Nervous as hell, Alma decides to pick-up a young hitchhiker on her route, figuring she’s less likely to be stopped with a companion who in no way matches the description of Monk. She even gets the eighteen-year-old Bill Evans to claim she’s his sister when they run into a roadblock a few miles down the road. Luckily, the cop in charge remembers Bill from high school football and lets them pass without a care.

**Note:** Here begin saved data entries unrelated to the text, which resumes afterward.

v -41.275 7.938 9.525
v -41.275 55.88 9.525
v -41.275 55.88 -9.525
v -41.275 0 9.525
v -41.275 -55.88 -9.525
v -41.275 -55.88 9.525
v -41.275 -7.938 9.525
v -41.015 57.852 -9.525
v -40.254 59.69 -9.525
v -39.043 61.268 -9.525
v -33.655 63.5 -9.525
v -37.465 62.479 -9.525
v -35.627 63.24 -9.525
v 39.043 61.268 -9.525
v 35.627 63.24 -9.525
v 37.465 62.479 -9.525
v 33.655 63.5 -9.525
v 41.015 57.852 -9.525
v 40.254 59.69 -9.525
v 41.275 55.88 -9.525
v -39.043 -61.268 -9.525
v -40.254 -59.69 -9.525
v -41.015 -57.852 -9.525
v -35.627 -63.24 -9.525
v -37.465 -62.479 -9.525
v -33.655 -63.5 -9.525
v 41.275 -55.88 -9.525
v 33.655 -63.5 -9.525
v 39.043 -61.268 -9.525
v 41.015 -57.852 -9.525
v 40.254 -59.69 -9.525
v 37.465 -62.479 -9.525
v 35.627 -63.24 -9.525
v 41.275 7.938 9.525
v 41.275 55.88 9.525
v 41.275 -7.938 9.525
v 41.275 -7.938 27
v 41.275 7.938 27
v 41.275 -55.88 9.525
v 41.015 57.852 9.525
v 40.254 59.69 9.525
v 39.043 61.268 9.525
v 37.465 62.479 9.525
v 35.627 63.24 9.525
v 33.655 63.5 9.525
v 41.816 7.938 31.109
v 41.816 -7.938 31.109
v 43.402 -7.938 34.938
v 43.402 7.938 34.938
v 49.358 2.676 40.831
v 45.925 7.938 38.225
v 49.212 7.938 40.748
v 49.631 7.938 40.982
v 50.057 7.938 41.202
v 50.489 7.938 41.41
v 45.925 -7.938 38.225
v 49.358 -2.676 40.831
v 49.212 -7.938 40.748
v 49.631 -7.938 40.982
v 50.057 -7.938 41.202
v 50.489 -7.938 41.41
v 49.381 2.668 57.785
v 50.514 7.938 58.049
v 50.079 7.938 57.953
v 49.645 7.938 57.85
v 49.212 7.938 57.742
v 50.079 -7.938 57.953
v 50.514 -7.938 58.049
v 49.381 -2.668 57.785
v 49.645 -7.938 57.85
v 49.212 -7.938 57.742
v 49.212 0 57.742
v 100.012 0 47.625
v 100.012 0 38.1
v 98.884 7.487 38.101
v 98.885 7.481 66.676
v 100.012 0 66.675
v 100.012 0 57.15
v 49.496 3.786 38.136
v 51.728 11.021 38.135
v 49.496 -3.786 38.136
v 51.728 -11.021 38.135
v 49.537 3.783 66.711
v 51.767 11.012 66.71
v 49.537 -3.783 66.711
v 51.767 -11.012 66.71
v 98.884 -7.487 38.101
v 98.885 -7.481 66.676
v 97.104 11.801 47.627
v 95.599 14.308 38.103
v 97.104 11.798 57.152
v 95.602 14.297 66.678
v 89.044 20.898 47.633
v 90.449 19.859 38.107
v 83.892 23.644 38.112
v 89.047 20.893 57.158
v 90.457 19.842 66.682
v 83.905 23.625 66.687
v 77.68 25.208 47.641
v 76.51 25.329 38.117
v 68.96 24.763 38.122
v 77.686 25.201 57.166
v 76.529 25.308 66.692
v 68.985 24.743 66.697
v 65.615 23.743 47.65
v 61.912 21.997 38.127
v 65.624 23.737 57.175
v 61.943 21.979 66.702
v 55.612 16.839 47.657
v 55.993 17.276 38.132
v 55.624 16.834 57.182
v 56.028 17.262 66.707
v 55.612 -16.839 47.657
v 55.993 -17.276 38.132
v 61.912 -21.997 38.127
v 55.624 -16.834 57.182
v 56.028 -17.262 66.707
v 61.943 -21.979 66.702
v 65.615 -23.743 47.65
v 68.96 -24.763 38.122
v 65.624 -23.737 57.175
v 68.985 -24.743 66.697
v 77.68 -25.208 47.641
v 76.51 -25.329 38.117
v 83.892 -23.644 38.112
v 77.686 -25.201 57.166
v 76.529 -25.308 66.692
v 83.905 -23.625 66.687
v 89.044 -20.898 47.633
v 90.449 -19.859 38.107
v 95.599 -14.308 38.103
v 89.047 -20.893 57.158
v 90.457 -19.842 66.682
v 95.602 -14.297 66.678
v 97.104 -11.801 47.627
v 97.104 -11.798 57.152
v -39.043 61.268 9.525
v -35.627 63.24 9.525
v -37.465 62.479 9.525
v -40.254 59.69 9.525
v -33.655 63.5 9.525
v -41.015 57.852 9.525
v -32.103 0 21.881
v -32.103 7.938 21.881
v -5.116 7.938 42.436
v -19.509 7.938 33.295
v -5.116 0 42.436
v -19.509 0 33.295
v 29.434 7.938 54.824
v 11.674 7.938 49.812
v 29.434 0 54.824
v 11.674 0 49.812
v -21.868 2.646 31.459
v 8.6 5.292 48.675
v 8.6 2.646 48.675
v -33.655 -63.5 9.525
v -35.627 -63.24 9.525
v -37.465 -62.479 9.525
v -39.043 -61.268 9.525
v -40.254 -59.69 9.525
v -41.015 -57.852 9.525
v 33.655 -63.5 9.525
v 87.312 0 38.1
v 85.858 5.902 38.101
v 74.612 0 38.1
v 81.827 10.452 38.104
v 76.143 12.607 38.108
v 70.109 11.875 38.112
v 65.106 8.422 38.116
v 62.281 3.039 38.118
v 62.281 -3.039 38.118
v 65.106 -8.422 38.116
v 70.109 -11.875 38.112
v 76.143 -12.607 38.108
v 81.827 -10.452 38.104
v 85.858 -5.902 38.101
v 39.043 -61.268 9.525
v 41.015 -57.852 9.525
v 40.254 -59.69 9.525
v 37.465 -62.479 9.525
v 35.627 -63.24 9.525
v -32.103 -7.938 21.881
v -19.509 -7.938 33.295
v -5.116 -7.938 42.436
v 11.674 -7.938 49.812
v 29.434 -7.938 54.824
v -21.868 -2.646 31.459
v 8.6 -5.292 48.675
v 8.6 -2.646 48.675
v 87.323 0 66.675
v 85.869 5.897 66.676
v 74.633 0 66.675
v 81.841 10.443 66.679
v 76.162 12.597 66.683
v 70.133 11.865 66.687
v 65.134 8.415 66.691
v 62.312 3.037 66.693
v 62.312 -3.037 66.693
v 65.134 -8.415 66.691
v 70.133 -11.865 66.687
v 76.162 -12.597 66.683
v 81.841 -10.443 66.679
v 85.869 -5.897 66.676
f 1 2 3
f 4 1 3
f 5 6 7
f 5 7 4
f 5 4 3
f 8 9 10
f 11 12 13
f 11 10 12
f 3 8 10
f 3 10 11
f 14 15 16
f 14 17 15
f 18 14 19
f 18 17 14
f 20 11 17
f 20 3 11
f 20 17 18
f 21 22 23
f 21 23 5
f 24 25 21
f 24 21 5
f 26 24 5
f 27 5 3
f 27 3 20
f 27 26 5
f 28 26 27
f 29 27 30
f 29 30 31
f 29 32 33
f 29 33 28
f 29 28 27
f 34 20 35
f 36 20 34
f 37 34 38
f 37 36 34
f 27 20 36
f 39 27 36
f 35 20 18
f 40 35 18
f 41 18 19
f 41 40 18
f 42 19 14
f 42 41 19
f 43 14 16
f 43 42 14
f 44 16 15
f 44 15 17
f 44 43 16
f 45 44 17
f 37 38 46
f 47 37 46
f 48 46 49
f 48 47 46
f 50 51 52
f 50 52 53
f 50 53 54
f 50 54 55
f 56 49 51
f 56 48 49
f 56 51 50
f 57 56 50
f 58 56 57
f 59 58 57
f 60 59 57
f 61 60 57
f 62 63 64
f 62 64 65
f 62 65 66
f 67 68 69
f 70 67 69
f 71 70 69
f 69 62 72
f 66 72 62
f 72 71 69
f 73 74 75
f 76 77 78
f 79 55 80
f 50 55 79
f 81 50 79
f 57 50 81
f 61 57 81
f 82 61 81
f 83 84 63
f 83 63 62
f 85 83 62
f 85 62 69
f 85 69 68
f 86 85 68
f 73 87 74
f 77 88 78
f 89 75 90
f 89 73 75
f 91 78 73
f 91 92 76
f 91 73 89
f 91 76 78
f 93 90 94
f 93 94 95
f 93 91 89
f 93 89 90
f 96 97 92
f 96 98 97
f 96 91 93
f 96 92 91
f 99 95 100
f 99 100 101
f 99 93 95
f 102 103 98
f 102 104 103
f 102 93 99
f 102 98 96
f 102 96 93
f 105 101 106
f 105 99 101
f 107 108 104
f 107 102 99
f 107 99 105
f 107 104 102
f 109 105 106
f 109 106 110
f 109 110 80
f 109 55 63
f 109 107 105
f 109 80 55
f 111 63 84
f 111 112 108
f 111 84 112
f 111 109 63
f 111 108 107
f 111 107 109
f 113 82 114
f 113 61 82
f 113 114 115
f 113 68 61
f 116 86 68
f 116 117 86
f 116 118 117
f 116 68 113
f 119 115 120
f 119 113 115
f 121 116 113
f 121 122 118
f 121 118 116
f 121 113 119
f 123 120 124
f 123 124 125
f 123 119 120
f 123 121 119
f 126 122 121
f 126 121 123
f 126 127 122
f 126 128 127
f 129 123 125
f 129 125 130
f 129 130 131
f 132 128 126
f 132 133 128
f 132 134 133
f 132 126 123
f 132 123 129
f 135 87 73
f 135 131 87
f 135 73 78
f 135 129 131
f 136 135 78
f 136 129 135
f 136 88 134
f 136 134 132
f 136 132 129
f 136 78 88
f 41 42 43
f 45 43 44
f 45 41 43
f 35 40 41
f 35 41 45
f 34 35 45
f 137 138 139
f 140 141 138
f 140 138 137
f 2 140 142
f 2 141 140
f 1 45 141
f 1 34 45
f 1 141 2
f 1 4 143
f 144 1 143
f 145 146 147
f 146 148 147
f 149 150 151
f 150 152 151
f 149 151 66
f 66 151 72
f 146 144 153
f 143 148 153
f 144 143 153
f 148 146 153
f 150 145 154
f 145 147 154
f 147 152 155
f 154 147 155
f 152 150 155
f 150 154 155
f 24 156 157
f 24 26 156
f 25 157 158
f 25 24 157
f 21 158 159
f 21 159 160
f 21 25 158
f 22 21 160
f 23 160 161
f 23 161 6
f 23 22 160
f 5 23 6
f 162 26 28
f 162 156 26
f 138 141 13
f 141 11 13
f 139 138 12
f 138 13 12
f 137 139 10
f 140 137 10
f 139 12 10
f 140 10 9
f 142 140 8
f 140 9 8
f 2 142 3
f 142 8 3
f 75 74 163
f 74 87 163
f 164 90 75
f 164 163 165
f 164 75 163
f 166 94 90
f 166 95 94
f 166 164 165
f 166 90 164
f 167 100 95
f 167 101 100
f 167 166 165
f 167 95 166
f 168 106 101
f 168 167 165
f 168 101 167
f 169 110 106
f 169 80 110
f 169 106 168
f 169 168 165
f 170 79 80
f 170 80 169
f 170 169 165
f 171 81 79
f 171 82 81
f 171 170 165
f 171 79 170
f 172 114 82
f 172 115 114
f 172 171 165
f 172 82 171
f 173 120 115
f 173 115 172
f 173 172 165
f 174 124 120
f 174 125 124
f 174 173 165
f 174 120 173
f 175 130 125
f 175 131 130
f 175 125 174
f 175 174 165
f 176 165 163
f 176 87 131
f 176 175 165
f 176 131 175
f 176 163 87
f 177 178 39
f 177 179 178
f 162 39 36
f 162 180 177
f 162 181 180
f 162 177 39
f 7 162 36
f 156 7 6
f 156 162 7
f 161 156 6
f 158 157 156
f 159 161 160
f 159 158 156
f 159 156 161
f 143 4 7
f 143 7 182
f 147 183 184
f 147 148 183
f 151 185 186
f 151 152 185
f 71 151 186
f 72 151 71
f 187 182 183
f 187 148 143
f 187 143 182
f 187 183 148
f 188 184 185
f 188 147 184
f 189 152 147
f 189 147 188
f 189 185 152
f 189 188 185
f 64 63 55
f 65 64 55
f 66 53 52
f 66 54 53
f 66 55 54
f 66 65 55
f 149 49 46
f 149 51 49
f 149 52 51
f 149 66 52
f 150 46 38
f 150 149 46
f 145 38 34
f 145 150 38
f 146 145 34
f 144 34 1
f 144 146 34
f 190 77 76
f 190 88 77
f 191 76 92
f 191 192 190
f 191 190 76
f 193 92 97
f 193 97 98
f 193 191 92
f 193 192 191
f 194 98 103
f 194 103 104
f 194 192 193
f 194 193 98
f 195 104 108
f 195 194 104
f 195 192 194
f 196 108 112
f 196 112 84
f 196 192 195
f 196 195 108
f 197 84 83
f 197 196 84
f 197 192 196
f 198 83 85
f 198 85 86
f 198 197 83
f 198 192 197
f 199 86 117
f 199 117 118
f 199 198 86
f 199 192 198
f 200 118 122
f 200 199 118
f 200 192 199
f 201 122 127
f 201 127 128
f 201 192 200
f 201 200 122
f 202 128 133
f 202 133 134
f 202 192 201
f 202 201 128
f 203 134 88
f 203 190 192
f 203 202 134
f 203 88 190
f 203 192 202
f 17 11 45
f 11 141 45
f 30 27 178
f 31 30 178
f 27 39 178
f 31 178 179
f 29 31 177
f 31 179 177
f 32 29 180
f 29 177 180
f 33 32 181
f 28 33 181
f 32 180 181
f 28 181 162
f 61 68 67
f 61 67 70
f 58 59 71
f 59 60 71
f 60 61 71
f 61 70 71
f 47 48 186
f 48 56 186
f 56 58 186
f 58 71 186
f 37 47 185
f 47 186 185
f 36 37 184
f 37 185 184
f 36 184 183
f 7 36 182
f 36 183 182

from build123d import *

# Parameters (mm, degrees)
F1_DEPTH = 63.5
F2_DEPTH = 7.9375
F4_R     = 7.62


with BuildPart() as f1:
    # F0 (on Front) → F1 (new body, symmetric)
    with BuildSketch(Plane.XZ):
        Polygon((-41.275, -9.525), (41.275, -9.525), (41.275, 9.525), (25.4, 9.525), (-41.275, 9.525), align=None)
    extrude(amount=F1_DEPTH, both=True)

    # F0 (on Front) → F2 (join, symmetric)
    with BuildSketch(Plane.XZ):
        with BuildLine():
            add(Edge.make_bspline(
                [(-41.275, 9.525), (-27.703339234, 32.6747409999), (3.8328881679, 53.8919653869), (49.2122638223, 57.7419443287)],
                knots=[0, 0, 0, 0, 102.5320371125, 102.5320371125, 102.5320371125, 102.5320371125], degree=3))
            Line((-41.275, 9.525), (25.4, 9.525))
            Line((25.4, 9.525), (25.4, 27.0002))
            ThreePointArc((25.4, 27.0002), (32.0493463866, 46.4429284139), (49.2122638223, 57.7419443287))
        make_face()
        with BuildLine():
            Line((25.4, 9.525), (41.275, 9.525))
            Line((41.275, 9.525), (41.275, 27.0002))
            ThreePointArc((41.275, 27.0002), (43.4017785364, 34.9375819102), (49.2122638223, 40.7482169251))
            Line((49.2122638223, 40.7482169251), (49.2122638223, 57.7419443287))
            ThreePointArc((49.2122638223, 57.7419443287), (32.0493463866, 46.4429284139), (25.4, 27.0002))
            Line((25.4, 27.0002), (25.4, 9.525))
        make_face()
        with BuildLine():
            ThreePointArc((57.15, 58.7502), (53.149242724, 58.4971274885), (49.2122638223, 57.7419443287))
            Line((49.2122638223, 57.7419443287), (49.2122638223, 40.7482169251))
            ThreePointArc((49.2122638223, 40.7482169251), (53.0411159475, 42.3342371997), (57.15, 42.8752))
            Line((57.15, 42.8752), (74.6156958322, 42.8752))
            Line((74.6156958322, 42.8752), (74.6271054395, 58.7502))
            Line((74.6271054395, 58.7502), (57.15, 58.7502))
        make_face()
    extrude(amount=F2_DEPTH, both=True)

    # F0 (on Front) → F3 (revolve)
    with BuildSketch(Plane.XZ):
        Polygon((100.0122638223, 66.675), (74.6328011155, 66.675), (74.6271054395, 58.7502), (74.6156958322, 42.8752), (74.6122638223, 38.1), (100.0122638223, 38.1), align=None)
    revolve(axis=Axis((74.6225324689, 0, 52.3875), (0.0007187152, 0, 0.9999997417)))

    # F4
    f4_edges = [f1.edges().sort_by_distance(p)[0] for p in [
        (41.275, -63.5, 0),
        (-41.275, -63.5, 0),
        (41.275, 63.5, 0),
        (-41.275, 63.5, 0),
    ]]
    fillet(f4_edges, radius=F4_R)


solid = f1.part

Ever the manipulator, Alma gets Bill to scope out the shabby grocery store where she’s to hand off the loot to Gramma. Bill enters the place behind a young blonde girl and looks around for Alma’s ploy, her grandmother. He’s about to leave when some guy in a blue suit whips out a pistol and threatens the blonde girl. Acting on pure adrenaline, Bill whacks the guy who is finished off with the blunt end of meat cleaver swung by the girl’s father, who also happens to be the butcher working the meat counter. Bill hightails it back to Alma who recognizes trouble even if she can’t fully understand what went wrong based on Bill’s recount of events.

Now she’s on the lam with a satchel of hot money and an innocent bystander; and isn’t quite sure what’s coming next or what happened to Monk. Over the course of the novel, Alma and Bill slowly get to know each other better, and a romance blooms. But trouble hangs continuously in the background, and is slowly revealed to Bill, either through his own deductions or in confidence as Alma slowly opens up to him.

Darwin Teilhet, who wrote as William H. Fielding, delivers a tense, defective romance driven by dread and pursuit from every glimpse into the light. A top-flight noir, with brilliant character depth and clever plotting.